WSJ Contest — Friday, April 8th, 2022

Grid: 20 minutes; meta: slept on it 

 


Matt Gaffney’s Wall Street Journal contest crossword, “Inner Turmoil” — Conrad’s review.

This week Matt tells us, The answer to this week’s contest crossword is a word that (I hope) describes this puzzle’s wordplay. I wasn’t able to solve the grid until Saturday due to work, and faced the dreaded three-meta pileup (WSJ, MGWCC, and MMMM). I finally completed the WSJ grid and spotted the final horizontal entry FOUR, clued as “Number of letters in our contest answer–and the number of letters between certain pairs of letters in this puzzle.”

I noticed a lot of O’s in the grid, including plenty of “OO” fill, so I ran right down the wrong rabbit hole, looking for doubled letters.
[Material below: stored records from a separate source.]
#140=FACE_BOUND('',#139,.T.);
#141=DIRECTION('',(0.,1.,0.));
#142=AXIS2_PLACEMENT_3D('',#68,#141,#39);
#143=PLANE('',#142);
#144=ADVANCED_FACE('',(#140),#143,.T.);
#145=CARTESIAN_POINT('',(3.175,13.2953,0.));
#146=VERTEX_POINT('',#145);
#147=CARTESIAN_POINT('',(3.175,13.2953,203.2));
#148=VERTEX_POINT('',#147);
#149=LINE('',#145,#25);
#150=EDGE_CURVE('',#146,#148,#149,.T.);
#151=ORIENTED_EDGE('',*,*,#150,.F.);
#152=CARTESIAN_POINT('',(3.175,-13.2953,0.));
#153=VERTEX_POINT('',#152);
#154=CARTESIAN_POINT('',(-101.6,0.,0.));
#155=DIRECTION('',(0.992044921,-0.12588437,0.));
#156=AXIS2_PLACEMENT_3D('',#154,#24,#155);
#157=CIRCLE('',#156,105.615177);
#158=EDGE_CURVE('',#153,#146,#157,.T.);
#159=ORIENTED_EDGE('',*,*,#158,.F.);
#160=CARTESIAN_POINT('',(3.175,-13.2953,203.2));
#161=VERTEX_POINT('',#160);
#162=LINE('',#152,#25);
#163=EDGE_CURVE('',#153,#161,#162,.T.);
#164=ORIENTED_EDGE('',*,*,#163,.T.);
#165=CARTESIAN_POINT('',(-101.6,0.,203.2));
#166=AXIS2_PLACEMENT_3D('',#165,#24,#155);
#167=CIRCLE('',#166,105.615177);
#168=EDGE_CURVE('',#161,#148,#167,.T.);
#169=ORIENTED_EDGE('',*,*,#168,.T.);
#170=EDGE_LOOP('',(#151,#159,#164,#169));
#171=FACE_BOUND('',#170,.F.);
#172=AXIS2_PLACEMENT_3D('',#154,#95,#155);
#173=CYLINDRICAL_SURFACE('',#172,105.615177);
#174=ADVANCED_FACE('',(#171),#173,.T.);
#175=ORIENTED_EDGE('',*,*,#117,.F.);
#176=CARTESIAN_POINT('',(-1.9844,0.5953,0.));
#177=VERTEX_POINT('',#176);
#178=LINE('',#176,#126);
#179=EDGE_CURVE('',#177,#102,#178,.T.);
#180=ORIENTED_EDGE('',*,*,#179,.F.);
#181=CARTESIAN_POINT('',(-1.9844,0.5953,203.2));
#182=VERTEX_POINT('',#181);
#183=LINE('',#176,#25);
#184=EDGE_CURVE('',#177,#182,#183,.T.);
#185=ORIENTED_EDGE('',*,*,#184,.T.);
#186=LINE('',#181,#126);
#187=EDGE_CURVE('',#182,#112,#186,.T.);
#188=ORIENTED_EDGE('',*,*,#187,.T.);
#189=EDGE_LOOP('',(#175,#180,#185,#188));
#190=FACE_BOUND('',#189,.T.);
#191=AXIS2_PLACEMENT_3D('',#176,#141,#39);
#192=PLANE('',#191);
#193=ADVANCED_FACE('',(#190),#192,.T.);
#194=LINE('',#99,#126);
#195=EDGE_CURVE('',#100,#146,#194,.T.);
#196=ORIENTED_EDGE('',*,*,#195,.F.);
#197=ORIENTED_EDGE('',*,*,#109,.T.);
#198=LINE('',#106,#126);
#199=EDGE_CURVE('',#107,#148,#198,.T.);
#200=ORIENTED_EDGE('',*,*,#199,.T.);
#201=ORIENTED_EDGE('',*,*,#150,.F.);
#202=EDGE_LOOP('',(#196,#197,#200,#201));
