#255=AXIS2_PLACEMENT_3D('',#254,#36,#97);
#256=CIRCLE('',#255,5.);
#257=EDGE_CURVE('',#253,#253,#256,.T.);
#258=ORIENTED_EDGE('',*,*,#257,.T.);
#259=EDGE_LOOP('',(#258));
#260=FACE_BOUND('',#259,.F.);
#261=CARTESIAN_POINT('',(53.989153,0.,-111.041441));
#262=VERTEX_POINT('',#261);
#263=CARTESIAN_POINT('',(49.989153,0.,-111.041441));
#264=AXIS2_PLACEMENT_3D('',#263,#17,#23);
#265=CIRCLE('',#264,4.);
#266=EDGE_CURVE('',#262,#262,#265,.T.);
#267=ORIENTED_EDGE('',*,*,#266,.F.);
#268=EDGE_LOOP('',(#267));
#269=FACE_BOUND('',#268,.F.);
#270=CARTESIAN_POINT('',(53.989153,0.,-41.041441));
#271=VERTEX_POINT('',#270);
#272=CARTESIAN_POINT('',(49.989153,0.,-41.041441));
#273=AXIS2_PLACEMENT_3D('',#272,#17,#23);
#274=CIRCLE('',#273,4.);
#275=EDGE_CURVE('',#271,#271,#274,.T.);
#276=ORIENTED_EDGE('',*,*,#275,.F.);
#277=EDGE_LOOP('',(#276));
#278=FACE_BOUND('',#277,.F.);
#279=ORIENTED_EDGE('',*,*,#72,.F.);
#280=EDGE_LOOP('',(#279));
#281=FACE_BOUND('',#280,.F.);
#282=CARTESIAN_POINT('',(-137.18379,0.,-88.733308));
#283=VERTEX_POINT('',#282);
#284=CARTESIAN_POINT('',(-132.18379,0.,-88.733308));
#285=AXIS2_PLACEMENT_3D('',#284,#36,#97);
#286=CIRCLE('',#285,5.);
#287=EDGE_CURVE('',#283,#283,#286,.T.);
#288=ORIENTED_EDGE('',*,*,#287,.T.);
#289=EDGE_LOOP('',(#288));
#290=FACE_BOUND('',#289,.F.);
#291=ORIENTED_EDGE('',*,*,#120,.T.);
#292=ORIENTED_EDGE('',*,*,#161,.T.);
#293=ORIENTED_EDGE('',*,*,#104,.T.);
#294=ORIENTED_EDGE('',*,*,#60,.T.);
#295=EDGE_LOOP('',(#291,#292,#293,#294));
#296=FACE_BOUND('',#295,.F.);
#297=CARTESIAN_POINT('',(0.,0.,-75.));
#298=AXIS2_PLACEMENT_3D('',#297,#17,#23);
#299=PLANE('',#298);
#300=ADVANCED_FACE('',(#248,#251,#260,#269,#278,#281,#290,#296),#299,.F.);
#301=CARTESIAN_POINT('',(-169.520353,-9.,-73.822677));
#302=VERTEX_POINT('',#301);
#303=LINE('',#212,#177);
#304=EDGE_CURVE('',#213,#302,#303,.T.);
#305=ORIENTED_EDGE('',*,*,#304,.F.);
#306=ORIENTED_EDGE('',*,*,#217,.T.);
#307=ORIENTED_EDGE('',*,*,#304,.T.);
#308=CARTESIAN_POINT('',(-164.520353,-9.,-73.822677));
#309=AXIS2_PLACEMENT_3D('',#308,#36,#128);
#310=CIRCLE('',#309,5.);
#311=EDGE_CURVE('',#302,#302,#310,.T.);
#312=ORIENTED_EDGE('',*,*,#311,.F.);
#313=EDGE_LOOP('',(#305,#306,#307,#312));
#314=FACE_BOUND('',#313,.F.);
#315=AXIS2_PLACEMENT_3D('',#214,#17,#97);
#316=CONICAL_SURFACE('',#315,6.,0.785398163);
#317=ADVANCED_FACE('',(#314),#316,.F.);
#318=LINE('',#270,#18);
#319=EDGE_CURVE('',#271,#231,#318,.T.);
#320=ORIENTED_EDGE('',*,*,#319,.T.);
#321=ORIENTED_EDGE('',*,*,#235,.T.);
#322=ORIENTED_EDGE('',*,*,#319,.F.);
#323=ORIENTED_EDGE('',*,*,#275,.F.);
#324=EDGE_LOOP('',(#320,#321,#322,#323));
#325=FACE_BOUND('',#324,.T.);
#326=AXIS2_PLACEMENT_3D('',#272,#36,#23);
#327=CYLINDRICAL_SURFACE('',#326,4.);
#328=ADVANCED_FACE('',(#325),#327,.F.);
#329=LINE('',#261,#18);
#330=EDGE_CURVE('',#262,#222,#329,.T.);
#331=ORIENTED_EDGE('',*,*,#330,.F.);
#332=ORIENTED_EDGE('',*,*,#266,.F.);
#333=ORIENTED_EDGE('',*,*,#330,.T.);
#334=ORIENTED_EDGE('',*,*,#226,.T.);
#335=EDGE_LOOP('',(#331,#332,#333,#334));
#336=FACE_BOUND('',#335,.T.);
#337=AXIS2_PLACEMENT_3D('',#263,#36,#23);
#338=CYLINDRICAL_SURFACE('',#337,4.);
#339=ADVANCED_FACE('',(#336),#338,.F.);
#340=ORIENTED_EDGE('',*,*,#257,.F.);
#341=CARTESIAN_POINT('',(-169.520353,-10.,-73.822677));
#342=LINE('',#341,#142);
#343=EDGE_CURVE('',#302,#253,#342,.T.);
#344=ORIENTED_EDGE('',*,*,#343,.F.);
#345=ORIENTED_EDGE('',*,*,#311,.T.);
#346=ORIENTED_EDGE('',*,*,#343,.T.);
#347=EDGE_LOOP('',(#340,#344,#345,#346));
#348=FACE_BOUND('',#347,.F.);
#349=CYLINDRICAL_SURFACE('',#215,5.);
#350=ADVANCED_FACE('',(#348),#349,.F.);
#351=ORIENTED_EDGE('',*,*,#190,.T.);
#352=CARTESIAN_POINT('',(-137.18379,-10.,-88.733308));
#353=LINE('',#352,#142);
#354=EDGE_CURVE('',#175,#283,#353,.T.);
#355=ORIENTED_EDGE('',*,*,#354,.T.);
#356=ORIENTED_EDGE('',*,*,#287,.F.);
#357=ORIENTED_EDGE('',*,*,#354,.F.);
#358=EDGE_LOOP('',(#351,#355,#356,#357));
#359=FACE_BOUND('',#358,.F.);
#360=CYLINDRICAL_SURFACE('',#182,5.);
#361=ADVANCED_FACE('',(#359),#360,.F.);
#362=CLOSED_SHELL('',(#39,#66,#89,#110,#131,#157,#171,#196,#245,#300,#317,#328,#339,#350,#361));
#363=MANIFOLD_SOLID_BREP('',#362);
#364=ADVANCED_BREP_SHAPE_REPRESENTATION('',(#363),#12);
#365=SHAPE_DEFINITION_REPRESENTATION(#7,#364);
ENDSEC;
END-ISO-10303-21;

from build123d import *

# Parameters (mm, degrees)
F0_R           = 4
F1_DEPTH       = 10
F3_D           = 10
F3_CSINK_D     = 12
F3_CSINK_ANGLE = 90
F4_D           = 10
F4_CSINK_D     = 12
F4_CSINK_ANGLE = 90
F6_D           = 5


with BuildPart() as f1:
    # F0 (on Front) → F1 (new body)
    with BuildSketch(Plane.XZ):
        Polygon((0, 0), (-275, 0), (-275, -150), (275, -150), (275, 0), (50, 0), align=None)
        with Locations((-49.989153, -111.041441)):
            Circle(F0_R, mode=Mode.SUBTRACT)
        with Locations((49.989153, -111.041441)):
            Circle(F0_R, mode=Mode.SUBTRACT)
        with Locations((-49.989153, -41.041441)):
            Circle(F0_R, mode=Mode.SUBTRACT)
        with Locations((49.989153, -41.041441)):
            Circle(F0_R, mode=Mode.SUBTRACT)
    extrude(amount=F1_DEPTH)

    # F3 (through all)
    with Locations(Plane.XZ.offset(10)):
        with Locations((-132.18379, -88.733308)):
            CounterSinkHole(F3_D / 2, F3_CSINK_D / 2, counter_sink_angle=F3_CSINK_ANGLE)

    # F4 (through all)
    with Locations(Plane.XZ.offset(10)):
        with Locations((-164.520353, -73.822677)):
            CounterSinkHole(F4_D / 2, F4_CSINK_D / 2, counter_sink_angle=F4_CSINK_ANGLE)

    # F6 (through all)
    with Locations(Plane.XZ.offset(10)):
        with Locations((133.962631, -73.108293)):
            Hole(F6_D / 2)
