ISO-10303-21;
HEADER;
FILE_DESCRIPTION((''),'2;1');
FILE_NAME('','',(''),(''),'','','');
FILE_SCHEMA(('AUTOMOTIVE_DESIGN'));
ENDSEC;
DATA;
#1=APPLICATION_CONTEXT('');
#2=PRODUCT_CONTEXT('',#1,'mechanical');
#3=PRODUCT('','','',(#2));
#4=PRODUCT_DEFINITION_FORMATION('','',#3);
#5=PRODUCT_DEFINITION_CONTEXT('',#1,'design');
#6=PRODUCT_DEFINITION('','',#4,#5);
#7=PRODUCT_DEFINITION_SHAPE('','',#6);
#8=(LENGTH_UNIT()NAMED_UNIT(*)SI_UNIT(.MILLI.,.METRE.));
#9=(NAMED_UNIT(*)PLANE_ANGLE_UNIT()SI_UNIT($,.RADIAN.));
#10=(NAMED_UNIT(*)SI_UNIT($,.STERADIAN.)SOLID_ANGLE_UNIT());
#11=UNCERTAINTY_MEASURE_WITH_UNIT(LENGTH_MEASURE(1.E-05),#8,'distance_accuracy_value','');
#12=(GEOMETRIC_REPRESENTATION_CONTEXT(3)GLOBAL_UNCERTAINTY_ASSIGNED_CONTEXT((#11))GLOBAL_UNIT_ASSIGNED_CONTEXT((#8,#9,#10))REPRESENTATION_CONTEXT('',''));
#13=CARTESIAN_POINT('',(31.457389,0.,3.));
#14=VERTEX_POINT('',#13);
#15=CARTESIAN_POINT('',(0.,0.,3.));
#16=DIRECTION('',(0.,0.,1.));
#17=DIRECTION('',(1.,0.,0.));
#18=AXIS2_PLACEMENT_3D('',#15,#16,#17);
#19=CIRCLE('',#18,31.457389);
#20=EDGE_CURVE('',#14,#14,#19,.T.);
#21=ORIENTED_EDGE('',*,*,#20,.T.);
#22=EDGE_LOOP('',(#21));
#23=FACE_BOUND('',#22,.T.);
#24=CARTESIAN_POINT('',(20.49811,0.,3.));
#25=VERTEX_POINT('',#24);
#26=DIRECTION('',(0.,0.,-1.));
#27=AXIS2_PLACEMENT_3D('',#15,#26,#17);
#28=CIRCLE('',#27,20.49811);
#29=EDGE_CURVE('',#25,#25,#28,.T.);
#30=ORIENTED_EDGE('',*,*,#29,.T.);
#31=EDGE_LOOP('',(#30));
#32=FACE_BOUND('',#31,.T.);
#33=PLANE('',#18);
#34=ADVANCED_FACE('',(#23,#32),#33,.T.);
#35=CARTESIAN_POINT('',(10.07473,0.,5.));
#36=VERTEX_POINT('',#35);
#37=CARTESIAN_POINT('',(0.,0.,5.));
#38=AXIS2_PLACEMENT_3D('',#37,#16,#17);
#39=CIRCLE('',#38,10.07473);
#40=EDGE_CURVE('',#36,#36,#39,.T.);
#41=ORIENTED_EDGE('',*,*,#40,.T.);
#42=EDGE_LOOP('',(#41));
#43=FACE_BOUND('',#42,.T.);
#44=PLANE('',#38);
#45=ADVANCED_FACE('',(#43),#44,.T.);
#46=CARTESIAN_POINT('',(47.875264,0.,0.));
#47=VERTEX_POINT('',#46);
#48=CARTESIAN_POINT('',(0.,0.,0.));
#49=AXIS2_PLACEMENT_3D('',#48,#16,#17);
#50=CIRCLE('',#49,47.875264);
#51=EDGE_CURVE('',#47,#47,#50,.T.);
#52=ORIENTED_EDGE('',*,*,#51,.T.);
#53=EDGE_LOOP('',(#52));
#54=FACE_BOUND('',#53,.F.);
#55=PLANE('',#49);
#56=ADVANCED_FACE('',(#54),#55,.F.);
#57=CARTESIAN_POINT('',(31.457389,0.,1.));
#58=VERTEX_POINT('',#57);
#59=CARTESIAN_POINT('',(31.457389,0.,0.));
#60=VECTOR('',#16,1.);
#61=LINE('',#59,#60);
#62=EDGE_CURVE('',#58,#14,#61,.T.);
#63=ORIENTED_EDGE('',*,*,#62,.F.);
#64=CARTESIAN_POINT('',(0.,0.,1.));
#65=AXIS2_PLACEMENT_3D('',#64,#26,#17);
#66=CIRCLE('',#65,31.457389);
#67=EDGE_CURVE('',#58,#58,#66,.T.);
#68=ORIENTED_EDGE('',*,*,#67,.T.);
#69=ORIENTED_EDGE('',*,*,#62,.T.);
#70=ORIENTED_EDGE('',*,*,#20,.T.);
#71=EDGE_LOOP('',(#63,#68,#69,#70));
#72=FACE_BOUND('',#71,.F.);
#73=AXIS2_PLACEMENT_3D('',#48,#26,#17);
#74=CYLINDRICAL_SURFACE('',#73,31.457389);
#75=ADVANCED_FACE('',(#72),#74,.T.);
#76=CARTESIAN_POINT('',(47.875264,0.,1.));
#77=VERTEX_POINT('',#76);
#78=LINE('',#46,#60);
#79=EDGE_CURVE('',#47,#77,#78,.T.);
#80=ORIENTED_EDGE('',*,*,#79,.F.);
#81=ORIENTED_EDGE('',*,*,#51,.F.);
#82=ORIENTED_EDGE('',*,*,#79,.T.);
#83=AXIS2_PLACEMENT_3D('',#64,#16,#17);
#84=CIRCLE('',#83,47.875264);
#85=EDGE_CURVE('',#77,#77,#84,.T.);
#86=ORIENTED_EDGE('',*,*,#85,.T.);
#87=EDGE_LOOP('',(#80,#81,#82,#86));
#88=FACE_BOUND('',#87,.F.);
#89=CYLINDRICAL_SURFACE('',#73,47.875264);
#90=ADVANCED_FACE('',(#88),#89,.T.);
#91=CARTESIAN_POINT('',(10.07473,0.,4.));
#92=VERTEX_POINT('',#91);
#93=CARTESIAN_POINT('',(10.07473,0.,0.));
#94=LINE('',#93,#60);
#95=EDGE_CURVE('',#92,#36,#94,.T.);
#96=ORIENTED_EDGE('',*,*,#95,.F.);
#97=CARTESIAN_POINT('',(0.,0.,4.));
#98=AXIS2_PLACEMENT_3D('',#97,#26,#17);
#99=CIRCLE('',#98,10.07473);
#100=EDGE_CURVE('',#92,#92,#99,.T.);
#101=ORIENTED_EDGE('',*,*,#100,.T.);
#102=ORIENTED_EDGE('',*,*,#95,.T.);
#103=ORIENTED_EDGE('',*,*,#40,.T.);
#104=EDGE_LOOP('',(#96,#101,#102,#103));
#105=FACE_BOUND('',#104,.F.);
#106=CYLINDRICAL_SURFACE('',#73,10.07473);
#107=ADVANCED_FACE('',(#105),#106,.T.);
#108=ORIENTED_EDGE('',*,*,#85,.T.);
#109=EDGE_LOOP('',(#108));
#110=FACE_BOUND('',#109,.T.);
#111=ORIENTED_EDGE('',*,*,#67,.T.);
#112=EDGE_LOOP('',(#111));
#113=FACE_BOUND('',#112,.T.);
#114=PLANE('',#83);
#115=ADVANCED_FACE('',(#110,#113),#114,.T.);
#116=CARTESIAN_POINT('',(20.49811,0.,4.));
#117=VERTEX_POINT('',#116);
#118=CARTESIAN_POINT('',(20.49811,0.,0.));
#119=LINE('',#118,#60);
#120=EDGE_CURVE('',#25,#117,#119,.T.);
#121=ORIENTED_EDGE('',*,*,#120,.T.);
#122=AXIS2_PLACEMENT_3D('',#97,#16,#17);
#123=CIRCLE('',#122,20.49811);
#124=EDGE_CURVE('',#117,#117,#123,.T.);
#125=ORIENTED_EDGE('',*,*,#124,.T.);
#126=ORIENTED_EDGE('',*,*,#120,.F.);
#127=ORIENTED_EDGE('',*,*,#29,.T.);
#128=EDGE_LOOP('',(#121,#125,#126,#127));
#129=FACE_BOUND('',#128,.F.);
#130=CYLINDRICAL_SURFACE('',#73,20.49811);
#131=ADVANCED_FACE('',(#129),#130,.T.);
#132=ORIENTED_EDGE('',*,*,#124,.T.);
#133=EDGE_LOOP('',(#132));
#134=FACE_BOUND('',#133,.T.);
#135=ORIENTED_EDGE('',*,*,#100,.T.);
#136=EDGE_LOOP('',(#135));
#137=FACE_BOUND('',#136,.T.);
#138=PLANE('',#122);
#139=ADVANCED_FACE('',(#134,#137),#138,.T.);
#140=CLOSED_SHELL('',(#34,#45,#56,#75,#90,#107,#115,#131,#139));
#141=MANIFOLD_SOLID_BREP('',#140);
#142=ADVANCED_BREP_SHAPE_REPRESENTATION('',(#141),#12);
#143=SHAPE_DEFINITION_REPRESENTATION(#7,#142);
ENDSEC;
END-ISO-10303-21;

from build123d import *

# Parameters (mm, degrees)
F0_R     = 47.875264
F1_DEPTH = 1
F2_R     = 31.457389
F3_DEPTH = 3
F4_R     = 20.49811
F5_DEPTH = 4
F6_R     = 10.07473
F7_DEPTH = 5


with BuildPart() as f1:
    # F0 (on Top) → F1 (new body)
    with BuildSketch(Plane.XY):
        Circle(F0_R)
    extrude(amount=F1_DEPTH)

    # F2 (on Top) → F3 (join)
    with BuildSketch(Plane.XY):
        Circle(F2_R)
    extrude(amount=F3_DEPTH)

    # F4 (on Top) → F5 (join)
    with BuildSketch(Plane.XY):
        Circle(F4_R)
    extrude(amount=F5_DEPTH)

    # F6 (on Top) → F7 (join)
    with BuildSketch(Plane.XY):
        Circle(F6_R)
    extrude(amount=F7_DEPTH)


solid = f1.part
The doubled O’s in POOP and SCOOPOUT can be connected with PECT (four letters, handily). Then the doubled O’s in SCOOPOUT can be joined to FOOLS via POFF. That rabbit hole looked promising, but lead nowhere. So I put the puzzle down and shifted to the MGWCC.

I revisited the next morning, compared the long horizontal theme entries, and step one appeared: each entry was two words, and the first letter of each was separated by four letters in the alphabet:

  • [20a: Judi Dench played her in “Mrs. Brown”]: (Q)UEEN(V)ICTORIA -> Q[RSTU]V
  • [37a: Voice mails, e.g.]: (A)UDIO(F)ILES -> A[BCDE]F
  • [43a: Drummer in John Coltrane’s quartet]: (E)LVIN(J)ONES -> E[FGHI]J
  • [54a: Bout ender]: (K)NOCKOUT(P)UNCH -> K[LMNO]P
WSJ Contest – 04.10.22 – Solution

WSJ Contest – 04.10.22 – Solution

Those letters didn’t form any recognizable pattern, so I needed to find step two. I had the right idea fairly quickly: search the grid for 5-letter words that contain the four in between alphabet letters. Then I picked up the wrong grid (MGWCC), scanned, and found nothing. Solvers: have you ever done that before? Maybe it’s just me. Needless to say: it’s not helpful. One of the risks of solving multiple metas at once. I put the (wrong) grid down, circled back later, realized my mistake, and scanned the WSJ grid. There was step two:

  • RSTU -> [C]RUST (16a)
  • BCDE -> C[U]BED (25d)
  • FGHI -> FIGH[T] (61a)
  • LMNO -> M[E]LON (33d)

The fifth letters spell CUTE, our contest solution. I hesitated a bit before submitting, since I hadn’t used the title in any way. I believe Inner Turmoil refers to the rearranging of the inner letters to match the five-letter entries. Either way, it was a 100% lock for me.

 

This entry was posted in Contests and tagged . Bookmark the permalink.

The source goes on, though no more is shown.